There is probably no other shared experience that defines life in New York City like riding the subway. Over one-third of the city’s population commutes to work in the tubes every day, and those who don’t still find subterranean transit inevitable or invaluable, or both.
The quality of that shared experience has largely followed the rise and fall of the city’s economy, with service improving in boom times and seriously degrading as the coffers dried up.
In 1975, New York City’s economy was in free fall. In October, President Ford refused to provide desperately needed federal funds, inspiring the infamous Daily News headline “Ford to NYC: Drop Dead”. Unemployment, crime and homelessness were out of control; frequent fires raged in The Bronx, parts of Brooklyn and the Lower East Side of Manhattan; and many began to fear the city might never recover.
That was the year Gerard Exupery started taking his iconic series of subway photos.
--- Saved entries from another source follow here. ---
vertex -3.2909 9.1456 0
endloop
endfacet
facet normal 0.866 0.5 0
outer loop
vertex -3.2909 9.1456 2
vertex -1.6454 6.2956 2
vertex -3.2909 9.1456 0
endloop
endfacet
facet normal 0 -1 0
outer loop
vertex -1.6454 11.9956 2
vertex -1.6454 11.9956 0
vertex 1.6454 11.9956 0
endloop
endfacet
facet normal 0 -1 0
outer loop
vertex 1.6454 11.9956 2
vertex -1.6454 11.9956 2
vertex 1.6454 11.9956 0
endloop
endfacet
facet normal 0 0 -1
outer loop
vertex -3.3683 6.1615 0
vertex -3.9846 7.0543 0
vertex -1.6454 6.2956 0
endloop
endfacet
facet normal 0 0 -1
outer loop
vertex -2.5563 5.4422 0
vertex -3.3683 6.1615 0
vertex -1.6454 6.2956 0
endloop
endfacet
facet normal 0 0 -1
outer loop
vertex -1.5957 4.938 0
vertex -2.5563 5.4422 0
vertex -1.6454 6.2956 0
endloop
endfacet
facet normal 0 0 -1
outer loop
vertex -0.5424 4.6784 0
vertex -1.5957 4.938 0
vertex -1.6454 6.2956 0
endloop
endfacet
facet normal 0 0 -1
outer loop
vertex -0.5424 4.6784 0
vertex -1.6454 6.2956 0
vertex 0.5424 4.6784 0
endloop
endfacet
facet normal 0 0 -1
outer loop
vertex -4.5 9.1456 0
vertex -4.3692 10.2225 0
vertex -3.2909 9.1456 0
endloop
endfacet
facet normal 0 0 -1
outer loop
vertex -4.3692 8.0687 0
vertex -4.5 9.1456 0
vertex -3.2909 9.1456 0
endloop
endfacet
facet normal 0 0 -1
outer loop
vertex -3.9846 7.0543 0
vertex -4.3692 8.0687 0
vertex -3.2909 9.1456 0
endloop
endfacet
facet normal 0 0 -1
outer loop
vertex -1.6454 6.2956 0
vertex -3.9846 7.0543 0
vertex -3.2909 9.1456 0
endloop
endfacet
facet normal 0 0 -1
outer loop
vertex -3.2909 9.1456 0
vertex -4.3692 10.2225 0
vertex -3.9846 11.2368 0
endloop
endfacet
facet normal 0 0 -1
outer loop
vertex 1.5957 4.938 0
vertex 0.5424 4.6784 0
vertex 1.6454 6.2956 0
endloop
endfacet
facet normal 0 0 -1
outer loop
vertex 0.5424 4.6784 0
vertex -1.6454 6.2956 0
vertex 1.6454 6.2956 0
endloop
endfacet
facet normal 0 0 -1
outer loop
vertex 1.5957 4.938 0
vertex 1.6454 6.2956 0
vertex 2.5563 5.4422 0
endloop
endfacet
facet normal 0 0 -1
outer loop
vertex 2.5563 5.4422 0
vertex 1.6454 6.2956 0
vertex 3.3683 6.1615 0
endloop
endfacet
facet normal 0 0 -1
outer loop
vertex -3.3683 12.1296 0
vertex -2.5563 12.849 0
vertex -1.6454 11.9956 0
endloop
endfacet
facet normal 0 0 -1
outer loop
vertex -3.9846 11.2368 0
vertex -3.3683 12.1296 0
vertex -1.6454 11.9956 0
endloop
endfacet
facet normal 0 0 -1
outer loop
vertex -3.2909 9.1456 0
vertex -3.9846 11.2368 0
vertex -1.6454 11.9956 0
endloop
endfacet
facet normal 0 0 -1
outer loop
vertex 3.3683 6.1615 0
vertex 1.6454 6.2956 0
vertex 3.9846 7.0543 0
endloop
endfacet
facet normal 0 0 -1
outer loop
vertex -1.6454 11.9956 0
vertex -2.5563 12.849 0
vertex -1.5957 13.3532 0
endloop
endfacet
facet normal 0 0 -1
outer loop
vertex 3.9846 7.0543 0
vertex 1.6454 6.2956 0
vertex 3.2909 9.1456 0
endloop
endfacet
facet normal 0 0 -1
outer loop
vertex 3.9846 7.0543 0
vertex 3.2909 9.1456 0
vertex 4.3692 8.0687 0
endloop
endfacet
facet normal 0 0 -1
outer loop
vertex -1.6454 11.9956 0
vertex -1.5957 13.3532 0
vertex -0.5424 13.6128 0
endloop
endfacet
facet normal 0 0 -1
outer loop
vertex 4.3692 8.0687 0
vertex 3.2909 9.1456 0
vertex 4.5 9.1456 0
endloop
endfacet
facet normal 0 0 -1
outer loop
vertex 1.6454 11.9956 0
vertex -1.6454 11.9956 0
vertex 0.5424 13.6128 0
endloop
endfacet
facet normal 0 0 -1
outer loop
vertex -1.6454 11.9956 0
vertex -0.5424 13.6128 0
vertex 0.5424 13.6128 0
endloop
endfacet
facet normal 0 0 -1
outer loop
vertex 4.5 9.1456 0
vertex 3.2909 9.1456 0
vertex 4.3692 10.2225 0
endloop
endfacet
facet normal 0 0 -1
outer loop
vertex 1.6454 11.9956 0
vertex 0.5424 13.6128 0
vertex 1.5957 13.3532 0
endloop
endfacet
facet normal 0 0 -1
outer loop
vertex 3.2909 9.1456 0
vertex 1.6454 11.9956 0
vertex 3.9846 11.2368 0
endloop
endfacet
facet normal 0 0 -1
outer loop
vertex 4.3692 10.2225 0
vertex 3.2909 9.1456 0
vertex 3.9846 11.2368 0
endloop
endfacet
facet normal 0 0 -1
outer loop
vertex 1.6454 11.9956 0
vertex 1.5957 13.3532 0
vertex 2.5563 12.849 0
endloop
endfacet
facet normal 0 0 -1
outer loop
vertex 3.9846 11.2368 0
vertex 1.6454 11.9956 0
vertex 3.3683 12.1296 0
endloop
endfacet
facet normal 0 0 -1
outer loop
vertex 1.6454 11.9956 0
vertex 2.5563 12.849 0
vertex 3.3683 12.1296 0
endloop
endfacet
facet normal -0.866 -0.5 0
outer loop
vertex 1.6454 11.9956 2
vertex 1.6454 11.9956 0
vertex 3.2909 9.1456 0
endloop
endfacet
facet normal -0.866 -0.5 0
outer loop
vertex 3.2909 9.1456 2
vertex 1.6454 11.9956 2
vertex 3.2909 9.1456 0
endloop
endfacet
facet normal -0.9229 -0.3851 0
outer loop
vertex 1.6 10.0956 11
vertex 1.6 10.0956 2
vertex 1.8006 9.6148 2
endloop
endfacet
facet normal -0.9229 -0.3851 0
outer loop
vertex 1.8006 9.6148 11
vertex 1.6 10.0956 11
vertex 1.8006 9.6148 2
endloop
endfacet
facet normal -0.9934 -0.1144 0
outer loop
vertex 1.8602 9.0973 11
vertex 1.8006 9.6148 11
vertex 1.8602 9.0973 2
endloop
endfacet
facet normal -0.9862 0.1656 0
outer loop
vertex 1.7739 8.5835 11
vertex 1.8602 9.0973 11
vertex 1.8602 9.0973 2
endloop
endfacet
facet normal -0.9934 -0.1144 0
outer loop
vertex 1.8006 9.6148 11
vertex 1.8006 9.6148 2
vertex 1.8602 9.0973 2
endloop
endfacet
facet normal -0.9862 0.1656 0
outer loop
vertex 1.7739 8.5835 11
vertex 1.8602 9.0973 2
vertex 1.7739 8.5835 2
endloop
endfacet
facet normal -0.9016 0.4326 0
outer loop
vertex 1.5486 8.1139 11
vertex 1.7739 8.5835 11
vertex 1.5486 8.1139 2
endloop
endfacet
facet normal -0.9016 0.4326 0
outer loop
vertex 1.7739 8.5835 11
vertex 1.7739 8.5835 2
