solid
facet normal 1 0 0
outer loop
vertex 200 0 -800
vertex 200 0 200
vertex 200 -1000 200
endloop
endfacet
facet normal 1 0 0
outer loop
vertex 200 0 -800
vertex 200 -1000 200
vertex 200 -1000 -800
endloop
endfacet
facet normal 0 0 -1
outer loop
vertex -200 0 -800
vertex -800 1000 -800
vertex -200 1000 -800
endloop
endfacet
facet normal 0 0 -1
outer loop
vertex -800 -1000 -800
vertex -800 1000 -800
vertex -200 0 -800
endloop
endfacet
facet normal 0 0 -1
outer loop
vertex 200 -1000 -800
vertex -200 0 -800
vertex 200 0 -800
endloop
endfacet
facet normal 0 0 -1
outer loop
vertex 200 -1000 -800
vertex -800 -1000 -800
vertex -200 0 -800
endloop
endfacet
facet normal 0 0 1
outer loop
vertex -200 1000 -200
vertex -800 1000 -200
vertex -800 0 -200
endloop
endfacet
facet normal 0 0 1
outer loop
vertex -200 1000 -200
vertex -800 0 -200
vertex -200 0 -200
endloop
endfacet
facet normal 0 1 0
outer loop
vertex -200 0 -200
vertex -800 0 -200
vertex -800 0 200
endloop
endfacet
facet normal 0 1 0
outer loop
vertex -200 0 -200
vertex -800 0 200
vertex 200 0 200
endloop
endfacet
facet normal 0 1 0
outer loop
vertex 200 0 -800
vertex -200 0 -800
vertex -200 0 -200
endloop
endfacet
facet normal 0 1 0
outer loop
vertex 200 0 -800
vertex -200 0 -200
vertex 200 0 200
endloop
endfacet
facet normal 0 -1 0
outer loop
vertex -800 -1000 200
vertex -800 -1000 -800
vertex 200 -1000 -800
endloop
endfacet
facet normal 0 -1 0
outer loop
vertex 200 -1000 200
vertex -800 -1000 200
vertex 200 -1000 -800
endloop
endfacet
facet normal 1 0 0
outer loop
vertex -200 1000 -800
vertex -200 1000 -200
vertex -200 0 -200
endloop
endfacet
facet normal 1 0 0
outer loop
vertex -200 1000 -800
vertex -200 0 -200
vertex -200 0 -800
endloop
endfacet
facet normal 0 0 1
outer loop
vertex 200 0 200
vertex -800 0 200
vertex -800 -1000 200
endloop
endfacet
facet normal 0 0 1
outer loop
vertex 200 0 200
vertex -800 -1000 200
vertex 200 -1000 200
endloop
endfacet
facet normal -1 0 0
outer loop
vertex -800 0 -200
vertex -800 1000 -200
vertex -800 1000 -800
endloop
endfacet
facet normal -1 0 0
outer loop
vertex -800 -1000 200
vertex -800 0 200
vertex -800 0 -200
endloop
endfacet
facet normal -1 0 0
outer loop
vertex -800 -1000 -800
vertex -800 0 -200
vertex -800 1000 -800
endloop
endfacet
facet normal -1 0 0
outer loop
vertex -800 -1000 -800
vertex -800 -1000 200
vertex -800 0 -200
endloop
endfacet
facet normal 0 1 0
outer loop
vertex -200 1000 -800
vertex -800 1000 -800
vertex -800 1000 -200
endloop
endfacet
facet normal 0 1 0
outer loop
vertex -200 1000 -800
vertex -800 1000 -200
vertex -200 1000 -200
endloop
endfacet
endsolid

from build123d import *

# Parameters (mm, degrees)
SKETCH1_W           = 1000
SKETCH1_H           = 1000
BOSS_EXTRUDE1_DEPTH = 1000
SKETCH1_3_W         = 600
SKETCH1_3_H         = 600
BOSS_EXTRUDE2_DEPTH = 1000


with BuildPart() as part:
    # Sketch1 → Boss-Extrude1 (new body)
    with BuildSketch(Plane(origin=(0, 0, 0), x_dir=(1, 0, 0), z_dir=(0, 1, 0))):
        with Locations((-300, 300)):
            Rectangle(SKETCH1_W, SKETCH1_H)
    extrude(amount=-BOSS_EXTRUDE1_DEPTH)

    # Sketch1<3> → Boss-Extrude2 (add)
    with BuildSketch(Plane(origin=(0, 0, 0), x_dir=(1, 0, 0), z_dir=(0, 1, 0))):
        with Locations((-500, 500)):
            Rectangle(SKETCH1_3_W, SKETCH1_3_H)
    extrude(amount=BOSS_EXTRUDE2_DEPTH)


solid = part.part
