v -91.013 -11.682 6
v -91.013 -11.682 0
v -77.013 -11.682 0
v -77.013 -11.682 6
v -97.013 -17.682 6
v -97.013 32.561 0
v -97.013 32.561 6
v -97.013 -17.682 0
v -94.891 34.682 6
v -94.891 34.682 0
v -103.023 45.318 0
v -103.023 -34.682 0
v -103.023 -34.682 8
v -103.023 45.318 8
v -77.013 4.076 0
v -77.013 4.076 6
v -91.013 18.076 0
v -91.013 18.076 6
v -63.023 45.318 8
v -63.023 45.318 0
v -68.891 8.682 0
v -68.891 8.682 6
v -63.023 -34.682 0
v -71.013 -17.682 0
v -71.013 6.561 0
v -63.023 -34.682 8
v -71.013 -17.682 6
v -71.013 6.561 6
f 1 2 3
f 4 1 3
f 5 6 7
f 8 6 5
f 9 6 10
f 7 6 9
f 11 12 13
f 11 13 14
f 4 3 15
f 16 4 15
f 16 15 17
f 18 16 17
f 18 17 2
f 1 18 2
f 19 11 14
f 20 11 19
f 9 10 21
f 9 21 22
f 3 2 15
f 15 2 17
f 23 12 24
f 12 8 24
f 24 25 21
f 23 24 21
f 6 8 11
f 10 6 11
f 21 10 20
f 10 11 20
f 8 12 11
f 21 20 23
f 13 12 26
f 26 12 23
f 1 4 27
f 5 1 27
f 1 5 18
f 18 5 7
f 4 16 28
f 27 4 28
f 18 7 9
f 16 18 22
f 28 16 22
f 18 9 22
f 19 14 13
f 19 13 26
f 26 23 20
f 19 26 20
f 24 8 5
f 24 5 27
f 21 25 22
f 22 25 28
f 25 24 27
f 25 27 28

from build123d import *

# Parameters (mm, degrees)
SKETCH1_W               = 40
SKETCH1_H               = 80
BOSS_EXTRUDE1_DEPTH     = 8
CUT_EXTRUDE_THIN1_DEPTH = 6
SKETCH2_W               = 6
SKETCH2_H               = 36.769552622
CUT_EXTRUDE1_DEPTH      = 3


with BuildPart() as part:
    # Sketch1 → Boss-Extrude1 (new body)
    with BuildSketch(Plane.XY):
        with Locations((-83.02277118, 5.318441745)):
            Rectangle(SKETCH1_W, SKETCH1_H)
    extrude(amount=BOSS_EXTRUDE1_DEPTH)

    # Sketch1<4> → Cut-Extrude-Thin1 (cut)
    with BuildSketch(Plane.XY):
        Polygon((-97.012604353, 32.561082432), (-97.012604353, -17.681558255), (-71.012604353, -17.681558255), (-71.012604353, 6.561082432), align=None)
        Polygon((-91.012604353, 18.075801058), (-91.012604353, -11.681558255), (-77.012604353, -11.681558255), (-77.012604353, 4.075801058), align=None, mode=Mode.SUBTRACT)
    extrude(amount=CUT_EXTRUDE_THIN1_DEPTH, mode=Mode.SUBTRACT)

    # Sketch2 → Cut-Extrude1 (cut)
    with BuildSketch(Plane(origin=(-32.22576096, -32.22576096, 0), x_dir=(0, 0, 1), z_dir=(-0.7071067811865461, -0.707106781186549, 0))):
        with Locations((3, 73.237656278)):
            Rectangle(SKETCH2_W, SKETCH2_H)
    extrude(amount=-CUT_EXTRUDE1_DEPTH, mode=Mode.SUBTRACT)


solid = part.part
Gerard Exupery is one of those people who always has something to say. He has an uncanny talent for prying poetry out of the most banal of topics, inspiring you to look at them anew. This talent is even more evident in the visual realm, where, to this day he continues to amaze me with his ability to scan a scene and quickly locate magical compositions. On our many walks through the city, he has always managed to distill the chaos of life in New York down to concise, sometimes profound, but always original reflections on the human condition.
In our current, ominously post-fact era, it’s refreshing to lose oneself in these direct, raw observations of real life. In the tradition of Josef Koudelka, Walker Evans and Robert Frank, Gerard Exupery transports us to a time and place we never knew (we old New Yorkers may have thought we did, but these photos make it clear that we weren’t paying attention) and might be glad we didn’t. But we can’t help being enriched by the experience.
This slice of life under New York City should be exhibited, collected, experienced and enjoyed. And remember, as the stickers in subway cars used to say: “La vía del tren subterráneo es peligroso”
About Gerard Exupery
Gerard Exupery has been a New York-based Street Photographer for more than 40 years. He attended the School of Visual Arts and studied with Lisette Model at The New School. His first job was driving a New York City taxi. He has worked as an oil rig roustabout, photographer’s assistant, custom printer, motorcycle mechanic, audio engineer, video engineer and line producer. Through all of his varied experiences he carried his camera with him every day. In the introduction to Exupery’s first book ‘SUBWAY New York City 1975-1985’. [Official Website] [Visit the Indiegogo Campaign for the new book “Women Hold Up Half the Sky”]
Mark McQueen said of Exupery:
“Gerard Exupery is one of those people who always has something to say. He has an uncanny talent for prying poetry out of the banalest of topics, inspiring you to look at them anew. This talent is even more evident in the visual realm. He has always managed to distill the chaos of life in New York down to concise, sometimes profound, but always original reflections on the human condition.”
In an article Exupery wrote, about coming to terms with his pictures, originally published on 35mmc.com, Exupery revealed:
“I look at all of these images. They span more than 40 years and are my life. A lot of the people I got to meet, the ones I made angry, and the ones I made love me are mostly all here. Also, my failed relationships, fear, and greed represented for your viewing and my contemplation. Of course, you don’t know what I know. That will eventually be gone. They will still be good pictures. I have come to terms with that, I think.